INSTRUCTIONS TO FOLLOW >> Among the lines below, take the one holding "#35=CARTESIAN_POINT('',(0.,0.,-228.346));", the one holding "#46=CIRCLE('',#45,6.35);", and all lines between them. Set them down exactly.

INPUT DATA >>
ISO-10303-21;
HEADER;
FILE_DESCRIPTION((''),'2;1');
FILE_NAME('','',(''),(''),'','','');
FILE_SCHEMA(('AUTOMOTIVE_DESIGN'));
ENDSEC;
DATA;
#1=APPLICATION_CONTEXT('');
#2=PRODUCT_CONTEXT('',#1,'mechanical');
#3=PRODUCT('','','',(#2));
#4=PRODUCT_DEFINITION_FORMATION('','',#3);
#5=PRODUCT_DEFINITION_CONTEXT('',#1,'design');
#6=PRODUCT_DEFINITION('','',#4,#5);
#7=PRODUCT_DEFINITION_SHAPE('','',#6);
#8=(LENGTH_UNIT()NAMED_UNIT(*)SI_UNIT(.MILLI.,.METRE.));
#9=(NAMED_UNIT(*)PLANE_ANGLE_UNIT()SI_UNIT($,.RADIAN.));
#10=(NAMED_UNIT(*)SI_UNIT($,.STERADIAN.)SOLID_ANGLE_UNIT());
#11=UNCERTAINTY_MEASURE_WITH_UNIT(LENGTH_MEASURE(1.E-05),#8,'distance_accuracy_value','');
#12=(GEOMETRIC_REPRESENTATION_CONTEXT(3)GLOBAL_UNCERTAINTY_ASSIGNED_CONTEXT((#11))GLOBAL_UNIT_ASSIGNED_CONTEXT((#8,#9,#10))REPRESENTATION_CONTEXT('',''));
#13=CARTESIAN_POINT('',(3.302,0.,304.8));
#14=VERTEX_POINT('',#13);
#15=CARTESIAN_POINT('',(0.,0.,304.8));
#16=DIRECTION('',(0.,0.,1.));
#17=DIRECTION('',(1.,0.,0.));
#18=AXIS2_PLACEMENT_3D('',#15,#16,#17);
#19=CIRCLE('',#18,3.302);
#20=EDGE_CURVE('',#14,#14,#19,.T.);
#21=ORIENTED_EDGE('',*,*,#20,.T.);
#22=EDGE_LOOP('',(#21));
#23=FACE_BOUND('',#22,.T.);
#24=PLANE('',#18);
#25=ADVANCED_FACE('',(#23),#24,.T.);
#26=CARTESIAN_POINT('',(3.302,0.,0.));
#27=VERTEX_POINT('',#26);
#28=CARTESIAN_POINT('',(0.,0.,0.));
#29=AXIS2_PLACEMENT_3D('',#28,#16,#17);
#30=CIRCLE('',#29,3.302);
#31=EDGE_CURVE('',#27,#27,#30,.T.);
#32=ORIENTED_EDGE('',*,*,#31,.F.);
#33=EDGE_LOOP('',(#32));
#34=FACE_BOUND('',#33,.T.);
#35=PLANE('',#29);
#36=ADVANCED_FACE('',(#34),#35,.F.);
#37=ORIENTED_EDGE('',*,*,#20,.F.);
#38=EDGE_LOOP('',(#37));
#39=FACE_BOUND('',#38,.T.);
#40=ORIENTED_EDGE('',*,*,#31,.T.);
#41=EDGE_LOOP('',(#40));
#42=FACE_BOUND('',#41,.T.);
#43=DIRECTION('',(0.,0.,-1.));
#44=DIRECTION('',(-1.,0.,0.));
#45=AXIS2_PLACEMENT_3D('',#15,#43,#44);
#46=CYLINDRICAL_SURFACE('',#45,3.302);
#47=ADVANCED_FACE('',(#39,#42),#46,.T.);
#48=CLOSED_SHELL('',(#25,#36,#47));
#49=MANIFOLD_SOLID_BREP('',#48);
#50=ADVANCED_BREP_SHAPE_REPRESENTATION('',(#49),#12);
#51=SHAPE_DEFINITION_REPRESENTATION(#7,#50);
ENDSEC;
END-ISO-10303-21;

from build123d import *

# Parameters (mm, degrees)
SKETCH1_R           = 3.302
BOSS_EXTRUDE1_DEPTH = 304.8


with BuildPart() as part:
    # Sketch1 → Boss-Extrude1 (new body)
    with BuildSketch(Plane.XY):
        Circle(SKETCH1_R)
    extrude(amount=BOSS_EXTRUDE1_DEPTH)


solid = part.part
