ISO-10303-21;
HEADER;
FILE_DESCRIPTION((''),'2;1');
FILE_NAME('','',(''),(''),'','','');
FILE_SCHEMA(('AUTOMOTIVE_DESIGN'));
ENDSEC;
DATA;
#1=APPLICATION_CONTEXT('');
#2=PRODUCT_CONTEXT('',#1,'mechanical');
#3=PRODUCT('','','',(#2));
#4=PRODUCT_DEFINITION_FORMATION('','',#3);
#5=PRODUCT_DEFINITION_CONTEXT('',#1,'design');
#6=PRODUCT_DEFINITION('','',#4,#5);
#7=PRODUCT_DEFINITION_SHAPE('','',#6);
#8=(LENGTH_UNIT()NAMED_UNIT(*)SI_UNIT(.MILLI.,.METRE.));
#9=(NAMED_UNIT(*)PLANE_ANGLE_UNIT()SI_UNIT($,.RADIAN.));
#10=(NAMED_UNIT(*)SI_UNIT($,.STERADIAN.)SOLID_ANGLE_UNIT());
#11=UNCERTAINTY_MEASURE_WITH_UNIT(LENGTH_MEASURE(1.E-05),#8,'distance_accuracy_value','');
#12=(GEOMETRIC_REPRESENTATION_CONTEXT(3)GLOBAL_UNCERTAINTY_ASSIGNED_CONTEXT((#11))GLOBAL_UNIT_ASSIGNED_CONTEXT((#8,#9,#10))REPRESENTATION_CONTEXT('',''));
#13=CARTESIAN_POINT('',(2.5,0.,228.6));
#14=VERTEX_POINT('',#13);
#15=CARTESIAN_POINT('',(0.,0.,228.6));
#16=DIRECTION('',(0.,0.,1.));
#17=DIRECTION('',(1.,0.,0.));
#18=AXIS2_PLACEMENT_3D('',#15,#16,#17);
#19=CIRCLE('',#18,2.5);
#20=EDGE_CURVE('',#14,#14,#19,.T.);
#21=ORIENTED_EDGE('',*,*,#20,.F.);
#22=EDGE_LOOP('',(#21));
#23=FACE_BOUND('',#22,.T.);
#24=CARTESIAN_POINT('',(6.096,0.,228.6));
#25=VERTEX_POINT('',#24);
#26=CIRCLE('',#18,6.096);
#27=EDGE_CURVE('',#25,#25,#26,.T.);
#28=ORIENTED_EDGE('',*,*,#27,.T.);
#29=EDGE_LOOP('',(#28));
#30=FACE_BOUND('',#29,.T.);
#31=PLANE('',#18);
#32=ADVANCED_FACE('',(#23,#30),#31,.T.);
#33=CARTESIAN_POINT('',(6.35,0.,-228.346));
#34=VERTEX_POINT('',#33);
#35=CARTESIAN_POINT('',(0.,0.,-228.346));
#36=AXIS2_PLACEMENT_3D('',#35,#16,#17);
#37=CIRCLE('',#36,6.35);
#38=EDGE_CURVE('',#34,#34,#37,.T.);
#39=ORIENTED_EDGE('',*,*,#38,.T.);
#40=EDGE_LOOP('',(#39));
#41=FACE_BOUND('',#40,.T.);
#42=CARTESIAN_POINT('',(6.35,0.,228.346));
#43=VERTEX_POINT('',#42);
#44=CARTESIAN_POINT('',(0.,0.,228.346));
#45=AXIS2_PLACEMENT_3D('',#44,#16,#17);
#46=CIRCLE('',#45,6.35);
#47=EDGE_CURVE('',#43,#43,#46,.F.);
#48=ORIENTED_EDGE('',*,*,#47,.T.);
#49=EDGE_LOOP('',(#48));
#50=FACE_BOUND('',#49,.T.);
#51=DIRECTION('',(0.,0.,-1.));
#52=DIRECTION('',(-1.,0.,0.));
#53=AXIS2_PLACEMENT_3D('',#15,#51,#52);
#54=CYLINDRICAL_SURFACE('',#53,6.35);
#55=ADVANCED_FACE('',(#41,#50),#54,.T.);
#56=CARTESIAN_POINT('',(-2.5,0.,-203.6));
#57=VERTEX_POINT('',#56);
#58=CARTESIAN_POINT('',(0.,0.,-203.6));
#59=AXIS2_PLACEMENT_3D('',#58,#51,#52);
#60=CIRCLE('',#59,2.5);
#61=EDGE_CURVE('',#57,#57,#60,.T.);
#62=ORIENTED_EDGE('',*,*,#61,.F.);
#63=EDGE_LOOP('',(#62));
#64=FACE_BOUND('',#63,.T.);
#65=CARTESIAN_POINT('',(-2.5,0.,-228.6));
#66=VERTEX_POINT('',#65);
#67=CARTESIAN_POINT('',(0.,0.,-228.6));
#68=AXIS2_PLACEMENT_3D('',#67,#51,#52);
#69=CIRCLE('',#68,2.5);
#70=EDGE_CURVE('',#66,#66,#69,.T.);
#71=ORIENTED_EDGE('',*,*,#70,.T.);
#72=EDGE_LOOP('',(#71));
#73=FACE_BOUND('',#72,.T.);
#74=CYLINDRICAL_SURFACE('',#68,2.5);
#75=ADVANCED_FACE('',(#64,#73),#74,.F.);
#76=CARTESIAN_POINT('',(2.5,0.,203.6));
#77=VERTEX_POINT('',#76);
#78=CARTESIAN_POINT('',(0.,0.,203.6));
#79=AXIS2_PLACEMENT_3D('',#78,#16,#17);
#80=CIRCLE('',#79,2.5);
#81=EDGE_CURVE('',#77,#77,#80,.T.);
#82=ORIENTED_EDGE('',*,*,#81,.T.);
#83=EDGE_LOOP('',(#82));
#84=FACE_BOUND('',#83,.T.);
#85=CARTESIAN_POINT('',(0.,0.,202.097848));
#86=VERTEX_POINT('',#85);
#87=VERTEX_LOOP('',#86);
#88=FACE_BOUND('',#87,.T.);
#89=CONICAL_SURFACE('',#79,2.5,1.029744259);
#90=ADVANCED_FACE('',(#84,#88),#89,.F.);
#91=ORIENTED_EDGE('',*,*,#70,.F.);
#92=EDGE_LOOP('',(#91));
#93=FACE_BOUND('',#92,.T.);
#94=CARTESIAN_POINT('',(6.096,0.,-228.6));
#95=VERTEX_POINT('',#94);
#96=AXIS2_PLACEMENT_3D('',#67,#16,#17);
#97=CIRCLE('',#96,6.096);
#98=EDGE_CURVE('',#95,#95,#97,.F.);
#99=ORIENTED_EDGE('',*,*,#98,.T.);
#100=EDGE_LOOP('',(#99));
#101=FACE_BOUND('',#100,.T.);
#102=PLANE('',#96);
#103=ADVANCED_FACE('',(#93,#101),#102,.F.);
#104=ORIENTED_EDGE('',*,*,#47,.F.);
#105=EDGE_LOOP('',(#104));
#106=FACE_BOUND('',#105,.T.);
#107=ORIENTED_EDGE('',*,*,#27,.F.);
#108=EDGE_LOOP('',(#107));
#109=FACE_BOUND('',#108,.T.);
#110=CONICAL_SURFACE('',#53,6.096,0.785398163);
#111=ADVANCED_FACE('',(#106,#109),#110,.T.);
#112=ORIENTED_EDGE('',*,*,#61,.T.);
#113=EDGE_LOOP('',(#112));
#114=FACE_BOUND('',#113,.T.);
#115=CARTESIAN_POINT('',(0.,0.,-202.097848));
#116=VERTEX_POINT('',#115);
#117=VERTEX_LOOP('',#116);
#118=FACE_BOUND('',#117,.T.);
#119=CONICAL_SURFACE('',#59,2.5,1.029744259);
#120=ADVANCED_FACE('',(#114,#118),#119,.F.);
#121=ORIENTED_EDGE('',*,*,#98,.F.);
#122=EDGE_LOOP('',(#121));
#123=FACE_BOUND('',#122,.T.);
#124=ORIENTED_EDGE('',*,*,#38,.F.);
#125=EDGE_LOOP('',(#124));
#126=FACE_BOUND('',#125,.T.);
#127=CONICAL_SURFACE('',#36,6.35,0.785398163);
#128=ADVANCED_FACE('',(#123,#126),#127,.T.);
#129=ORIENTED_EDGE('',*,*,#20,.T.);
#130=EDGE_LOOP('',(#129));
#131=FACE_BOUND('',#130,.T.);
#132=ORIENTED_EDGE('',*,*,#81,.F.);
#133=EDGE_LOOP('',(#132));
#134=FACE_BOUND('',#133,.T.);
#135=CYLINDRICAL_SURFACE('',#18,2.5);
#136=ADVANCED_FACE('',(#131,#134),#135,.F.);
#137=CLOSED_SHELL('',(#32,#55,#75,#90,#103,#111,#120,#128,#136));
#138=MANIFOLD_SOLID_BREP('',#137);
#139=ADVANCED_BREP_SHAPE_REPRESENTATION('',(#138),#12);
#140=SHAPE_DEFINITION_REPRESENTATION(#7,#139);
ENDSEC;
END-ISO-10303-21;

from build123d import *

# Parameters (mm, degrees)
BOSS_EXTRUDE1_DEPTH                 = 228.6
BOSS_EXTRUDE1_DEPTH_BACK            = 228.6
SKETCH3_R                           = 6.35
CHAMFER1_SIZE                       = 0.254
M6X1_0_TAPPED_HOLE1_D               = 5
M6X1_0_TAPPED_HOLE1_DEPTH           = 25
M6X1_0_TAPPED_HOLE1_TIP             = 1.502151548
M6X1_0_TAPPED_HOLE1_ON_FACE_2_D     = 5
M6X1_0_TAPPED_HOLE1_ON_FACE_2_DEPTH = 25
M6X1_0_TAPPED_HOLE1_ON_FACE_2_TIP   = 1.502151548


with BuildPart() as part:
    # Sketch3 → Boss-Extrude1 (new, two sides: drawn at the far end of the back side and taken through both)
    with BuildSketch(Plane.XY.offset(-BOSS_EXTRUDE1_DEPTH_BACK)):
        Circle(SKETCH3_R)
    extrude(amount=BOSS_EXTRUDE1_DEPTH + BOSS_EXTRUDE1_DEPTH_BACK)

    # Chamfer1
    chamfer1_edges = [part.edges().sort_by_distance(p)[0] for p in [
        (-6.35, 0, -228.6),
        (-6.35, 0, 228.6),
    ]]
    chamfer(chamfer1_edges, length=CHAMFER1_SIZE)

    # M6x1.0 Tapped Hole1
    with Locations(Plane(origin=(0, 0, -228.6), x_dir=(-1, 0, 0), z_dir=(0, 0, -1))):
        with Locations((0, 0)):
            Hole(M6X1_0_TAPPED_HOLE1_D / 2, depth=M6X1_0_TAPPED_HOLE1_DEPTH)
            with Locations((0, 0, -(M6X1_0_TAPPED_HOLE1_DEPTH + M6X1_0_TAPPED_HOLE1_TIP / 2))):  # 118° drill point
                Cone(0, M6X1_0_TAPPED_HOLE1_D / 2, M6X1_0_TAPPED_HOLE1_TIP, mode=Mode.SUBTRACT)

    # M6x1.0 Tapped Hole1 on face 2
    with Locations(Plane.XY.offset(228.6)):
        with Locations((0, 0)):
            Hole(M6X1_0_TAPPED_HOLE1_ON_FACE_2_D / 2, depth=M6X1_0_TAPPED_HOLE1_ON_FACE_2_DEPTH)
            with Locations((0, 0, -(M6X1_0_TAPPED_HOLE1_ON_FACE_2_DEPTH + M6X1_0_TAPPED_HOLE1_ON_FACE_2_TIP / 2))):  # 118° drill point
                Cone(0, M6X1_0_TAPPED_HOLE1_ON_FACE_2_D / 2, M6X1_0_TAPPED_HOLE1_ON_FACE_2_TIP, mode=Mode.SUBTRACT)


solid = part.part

COMPLETED TASK >>
#35=CARTESIAN_POINT('',(0.,0.,-228.346));
#36=AXIS2_PLACEMENT_3D('',#35,#16,#17);
#37=CIRCLE('',#36,6.35);
#38=EDGE_CURVE('',#34,#34,#37,.T.);
#39=ORIENTED_EDGE('',*,*,#38,.T.);
#40=EDGE_LOOP('',(#39));
#41=FACE_BOUND('',#40,.T.);
#42=CARTESIAN_POINT('',(6.35,0.,228.346));
#43=VERTEX_POINT('',#42);
#44=CARTESIAN_POINT('',(0.,0.,228.346));
#45=AXIS2_PLACEMENT_3D('',#44,#16,#17);
#46=CIRCLE('',#45,6.35);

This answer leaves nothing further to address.